# where to go



## brooklyn fish (Sep 26, 2010)

I have some business in Orlando in mid January. Would like to take a week after that for some fishing. Question is where. Have been to Hutchinson Island and caught some whiting and other small stuff. Can only bring a 7 foot and a 6.5 foot spinning rod with 17 pound test. Any recommendations would be helpful. Is algae a problem?

Brooklyn fish


----------



## ez2cdave (Oct 13, 2008)

brooklyn fish said:


> I have some business in Orlando in mid January. Would like to take a week after that for some fishing. Question is where. Have been to Hutchinson Island and caught some whiting and other small stuff. Can only bring a 7 foot and a 6.5 foot spinning rod with 17 pound test. Any recommendations would be helpful. Is algae a problem?
> 
> Brooklyn fish


There is a Red Tide problem in the Gulf of Mexico . . . I suggest that you head over to the East Coast.

*http://www.fox13news.com/news/local-news/207810399-story*

My recommendation would be Sebastian Inlet, about 1hr, 45 min from Orlando. ******'s Bait & Tackle, just North of the Inlet is excellent !

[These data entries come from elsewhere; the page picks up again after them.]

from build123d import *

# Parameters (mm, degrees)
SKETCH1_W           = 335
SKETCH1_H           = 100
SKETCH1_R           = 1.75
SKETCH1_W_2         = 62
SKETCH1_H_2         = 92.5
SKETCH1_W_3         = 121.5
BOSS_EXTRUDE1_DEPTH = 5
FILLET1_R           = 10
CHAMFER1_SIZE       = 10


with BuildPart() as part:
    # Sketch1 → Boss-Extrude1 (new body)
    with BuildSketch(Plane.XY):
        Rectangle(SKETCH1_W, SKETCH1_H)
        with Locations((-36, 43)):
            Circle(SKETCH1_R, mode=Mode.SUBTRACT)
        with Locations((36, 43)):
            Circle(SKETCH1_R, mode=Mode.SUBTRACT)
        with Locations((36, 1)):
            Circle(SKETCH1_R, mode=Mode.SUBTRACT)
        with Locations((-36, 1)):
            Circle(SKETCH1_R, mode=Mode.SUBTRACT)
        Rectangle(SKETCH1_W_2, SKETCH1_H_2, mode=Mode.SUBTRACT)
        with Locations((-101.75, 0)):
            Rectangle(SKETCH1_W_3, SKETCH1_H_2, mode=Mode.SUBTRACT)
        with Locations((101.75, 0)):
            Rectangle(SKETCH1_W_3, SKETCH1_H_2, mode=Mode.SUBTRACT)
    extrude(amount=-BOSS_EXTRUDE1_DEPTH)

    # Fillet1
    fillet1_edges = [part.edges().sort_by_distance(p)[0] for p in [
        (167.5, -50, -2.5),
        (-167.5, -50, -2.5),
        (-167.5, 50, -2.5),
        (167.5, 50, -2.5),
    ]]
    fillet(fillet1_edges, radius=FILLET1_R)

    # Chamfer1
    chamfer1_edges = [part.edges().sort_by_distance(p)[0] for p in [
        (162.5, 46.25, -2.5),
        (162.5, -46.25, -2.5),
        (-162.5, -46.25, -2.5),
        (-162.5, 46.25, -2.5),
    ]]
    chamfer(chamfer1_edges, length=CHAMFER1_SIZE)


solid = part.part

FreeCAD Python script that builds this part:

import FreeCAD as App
import Part
import Sketcher
Q = App.Units.Quantity


def edges_at(feature, points):
    """Names of the edges that pass closest to the given points."""
    edges = feature.Shape.Edges
    near = lambda p: min(range(len(edges)), key=lambda i: edges[i].distToShape(Part.Vertex(*p))[0])
    return sorted({f"Edge{near(p) + 1}" for p in points})

doc = App.newDocument("Part")
params = doc.addObject("Spreadsheet::Sheet", "Params")
for row, (alias, value) in enumerate([
    ("sketch1_diameter", "3.5 mm"),
    ("sketch1_width", "335 mm"),
    ("sketch1_width2", "62 mm"),
    ("sketch1_height", "100 mm"),
    ("sketch1_width3", "121.5 mm"),
    ("pad1_length", "5 mm"),
    ("fillet_radius", "10 mm"),
    ("chamfer_size", "10 mm"),
], start=1):
    params.set(f"A{row}", alias)
    params.set(f"B{row}", "=" + value)
    params.setAlias(f"B{row}", alias)

body = doc.addObject("PartDesign::Body", "Body")

# Sketch on XY plane
sketch1 = doc.addObject("Sketcher::SketchObject", "Sketch")
body.addObject(sketch1)
sketch1.AttachmentSupport = (doc.XY_Plane, [""])
sketch1.MapMode = "FlatFace"
sketch1.addGeometry(Part.LineSegment(App.Vector(-167.5, 50, 0), App.Vector(-167.5, -50, 0)), False)
sketch1.addGeometry(Part.LineSegment(App.Vector(-167.5, -50, 0), App.Vector(167.5, -50, 0)), False)
sketch1.addGeometry(Part.LineSegment(App.Vector(167.5, -50, 0), App.Vector(167.5, 50, 0)), False)
sketch1.addGeometry(Part.LineSegment(App.Vector(167.5, 50, 0), App.Vector(-167.5, 50, 0)), False)
sketch1.addGeometry(Part.LineSegment(App.Vector(-41, -46.2, 0), App.Vector(-162.5, -46.2, 0)), False)
sketch1.addGeometry(Part.LineSegment(App.Vector(-162.5, -46.2, 0), App.Vector(-162.5, 46.2, 0)), False)
sketch1.addGeometry(Part.LineSegment(App.Vector(-162.5, 46.2, 0), App.Vector(-41, 46.2, 0)), False)
sketch1.addGeometry(Part.LineSegment(App.Vector(-41, 46.2, 0), App.Vector(-41, -46.2, 0)), False)
sketch1.addGeometry(Part.Circle(App.Vector(-36, 1, 0), App.Vector(0, 0, 1), 1.8), False)
sketch1.addGeometry(Part.Circle(App.Vector(-36, 43, 0), App.Vector(0, 0, 1), 1.8), False)
sketch1.addGeometry(Part.LineSegment(App.Vector(31, -46.2, 0), App.Vector(-31, -46.2, 0)), False)
sketch1.addGeometry(Part.LineSegment(App.Vector(-31, -46.2, 0), App.Vector(-31, 46.2, 0)), False)
sketch1.addGeometry(Part.LineSegment(App.Vector(-31, 46.2, 0), App.Vector(31, 46.2, 0)), False)
sketch1.addGeometry(Part.LineSegment(App.Vector(31, 46.2, 0), App.Vector(31, -46.2, 0)), False)
sketch1.addGeometry(Part.Circle(App.Vector(36, 1, 0), App.Vector(0, 0, 1), 1.8), False)
sketch1.addGeometry(Part.LineSegment(App.Vector(162.5, -46.2, 0), App.Vector(41, -46.2, 0)), False)
sketch1.addGeometry(Part.LineSegment(App.Vector(41, -46.2, 0), App.Vector(41, 46.2, 0)), False)
sketch1.addGeometry(Part.LineSegment(App.Vector(41, 46.2, 0), App.Vector(162.5, 46.2, 0)), False)
sketch1.addGeometry(Part.LineSegment(App.Vector(162.5, 46.2, 0), App.Vector(162.5, -46.2, 0)), False)
sketch1.addGeometry(Part.Circle(App.Vector(36, 43, 0), App.Vector(0, 0, 1), 1.8), False)
sketch1.addConstraint(Sketcher.Constraint("Coincident", 0, 2, 1, 1))
sketch1.addConstraint(Sketcher.Constraint("Coincident", 1, 2, 2, 1))
sketch1.addConstraint(Sketcher.Constraint("Coincident", 2, 2, 3, 1))
sketch1.addConstraint(Sketcher.Constraint("Coincident", 3, 2, 0, 1))
sketch1.addConstraint(Sketcher.Constraint("Coincident", 4, 2, 5, 1))
sketch1.addConstraint(Sketcher.Constraint("Coincident", 5, 2, 6, 1))
sketch1.addConstraint(Sketcher.Constraint("Coincident", 6, 2, 7, 1))
sketch1.addConstraint(Sketcher.Constraint("Coincident", 7, 2, 4, 1))
sketch1.addConstraint(Sketcher.Constraint("Coincident", 10, 2, 11, 1))
sketch1.addConstraint(Sketcher.Constraint("Coincident", 11, 2, 12, 1))
sketch1.addConstraint(Sketcher.Constraint("Coincident", 12, 2, 13, 1))
sketch1.addConstraint(Sketcher.Constraint("Coincident", 13, 2, 10, 1))
sketch1.addConstraint(Sketcher.Constraint("Coincident", 15, 2, 16, 1))
sketch1.addConstraint(Sketcher.Constraint("Coincident", 16, 2, 17, 1))
sketch1.addConstraint(Sketcher.Constraint("Coincident", 17, 2, 18, 1))
sketch1.addConstraint(Sketcher.Constraint("Coincident", 18, 2, 15, 1))
sketch1.addConstraint(Sketcher.Constraint("Vertical", 0))
sketch1.addConstraint(Sketcher.Constraint("Horizontal", 1))
sketch1.addConstraint(Sketcher.Constraint("Vertical", 2))
sketch1.addConstraint(Sketcher.Constraint("Horizontal", 3))
sketch1.addConstraint(Sketcher.Constraint("Horizontal", 4))
sketch1.addConstraint(Sketcher.Constraint("Vertical", 5))
sketch1.addConstraint(Sketcher.Constraint("Horizontal", 6))
sketch1.addConstraint(Sketcher.Constraint("Vertical", 7))
sketch1.addConstraint(Sketcher.Constraint("Horizontal", 10))
sketch1.addConstraint(Sketcher.Constraint("Vertical", 11))
sketch1.addConstraint(Sketcher.Constraint("Horizontal", 12))
sketch1.addConstraint(Sketcher.Constraint("Vertical", 13))
sketch1.addConstraint(Sketcher.Constraint("Horizontal", 15))
sketch1.addConstraint(Sketcher.Constraint("Vertical", 16))
sketch1.addConstraint(Sketcher.Constraint("Horizontal", 17))
sketch1.addConstraint(Sketcher.Constraint("Vertical", 18))
sketch1.addConstraint(Sketcher.Constraint("Equal", 8, 9))
sketch1.addConstraint(Sketcher.Constraint("Equal", 9, 14))
sketch1.addConstraint(Sketcher.Constraint("Equal", 14, 19))
sketch1.addConstraint(Sketcher.Constraint("Symmetric", 0, 2, 2, 2, -1, 1))
sketch1.addConstraint(Sketcher.Constraint("Symmetric", 10, 2, 12, 2, -1, 1))
sketch1.addConstraint(Sketcher.Constraint("Symmetric", 6, 2, 15, 2, -1, 1))
sketch1.addConstraint(Sketcher.Constraint("Symmetric", 4, 2, 17, 2, -1, 1))
sketch1.addConstraint(Sketcher.Constraint("Symmetric", 8, 3, 14, 3, -2))
sketch1.addConstraint(Sketcher.Constraint("Symmetric", 9, 3, 19, 3, -2))
sketch1.addConstraint(Sketcher.Constraint("Horizontal", 7, 2, 10, 2))
sketch1.addConstraint(Sketcher.Constraint("Horizontal", 6, 2, 11, 2))
sketch1.addConstraint(Sketcher.Constraint("Vertical", 8, 3, 9, 3))
sketch1.addConstraint(Sketcher.Constraint("Diameter", 8, Q("3.5 mm")))
sketch1.addConstraint(Sketcher.Constraint("DistanceX", 1, 1, 1, 2, Q("335 mm")))
sketch1.addConstraint(Sketcher.Constraint("DistanceX", 10, 2, 10, 1, Q("62 mm")))
sketch1.addConstraint(Sketcher.Constraint("DistanceY", 0, 2, 0, 1, Q("100 mm")))
sketch1.addConstraint(Sketcher.Constraint("DistanceX", 4, 2, 4, 1, Q("121.5 mm")))
sketch1.addConstraint(Sketcher.Constraint("DistanceY", 5, 1, 5, 2, Q("92.5 mm")))
sketch1.addConstraint(Sketcher.Constraint("DistanceX", 8, 3, -1, 1, Q("36 mm")))
sketch1.addConstraint(Sketcher.Constraint("DistanceY", -1, 1, 8, 3, Q("1 mm")))
sketch1.addConstraint(Sketcher.Constraint("DistanceY", -1, 1, 9, 3, Q("43 mm")))
sketch1.addConstraint(Sketcher.Constraint("DistanceX", 6, 2, -1, 1, Q("41 mm")))
sketch1.setExpression("Constraints[44]", "Params.sketch1_diameter")
sketch1.setExpression("Constraints[45]", "Params.sketch1_width")
sketch1.setExpression("Constraints[46]", "Params.sketch1_width2")
sketch1.setExpression("Constraints[47]", "Params.sketch1_height")
sketch1.setExpression("Constraints[48]", "Params.sketch1_width3")
pad1 = doc.addObject("PartDesign::Pad", "Pad")
body.addObject(pad1)
pad1.Profile = sketch1
pad1.setExpression("Length", "Params.pad1_length")
pad1.Reversed = True
doc.recompute()

fillet = doc.addObject("PartDesign::Fillet", "Fillet")
body.addObject(fillet)
fillet.Base = (pad1, edges_at(pad1, [
    (167.5, -50, -2.5),
    (-167.5, -50, -2.5),
    (-167.5, 50, -2.5),
    (167.5, 50, -2.5),
]))
fillet.setExpression("Radius", "Params.fillet_radius")
doc.recompute()

chamfer = doc.addObject("PartDesign::Chamfer", "Chamfer")
body.addObject(chamfer)
chamfer.Base = (fillet, edges_at(fillet, [
    (162.5, 46.25, -2.5),
    (162.5, -46.25, -2.5),
    (-162.5, -46.25, -2.5),
    (-162.5, 46.25, -2.5),
]))
chamfer.setExpression("Size", "Params.chamfer_size")

doc.recompute()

*https://www.google.com/maps/dir/Sebastian+Inlet+State+Park,+FL/Orlando,+FL/@28.1485499,-81.2025756,10z/data=!3m1!4b1!4m13!4m12!1m5!1m1!1s0x88de420958ca31d7:0xf19552459f073261!2m2!1d-80.44795!2d27.8522101!1m5!1m1!1s0x88e773d8fecdbc77:0xac3b2063ca5bf9e!2m2!1d-81.3792365!2d28.5383355*

Tight Lines !!!


----------



## ez2cdave (Oct 13, 2008)




----------



## brooklyn fish (Sep 26, 2010)

Thanks much, ez2cdave.

Brooklyn fish


----------



## ez2cdave (Oct 13, 2008)

brooklyn fish said:


> Thanks much, ez2cdave.
> 
> Brooklyn fish


Anytime . . . Have a safe trip !

Tight Lines !


----------



## greg12345 (Jan 8, 2007)

I second the sebastian inlet/melbourne beach area, paradise for me. I would downsize your line, 17lb test will kill your casting distance.


----------



## brooklyn fish (Sep 26, 2010)

greg12345 said:


> I second the sebastian inlet/melbourne beach area, paradise for me. I would downsize your line, 17lb test will kill your casting distance.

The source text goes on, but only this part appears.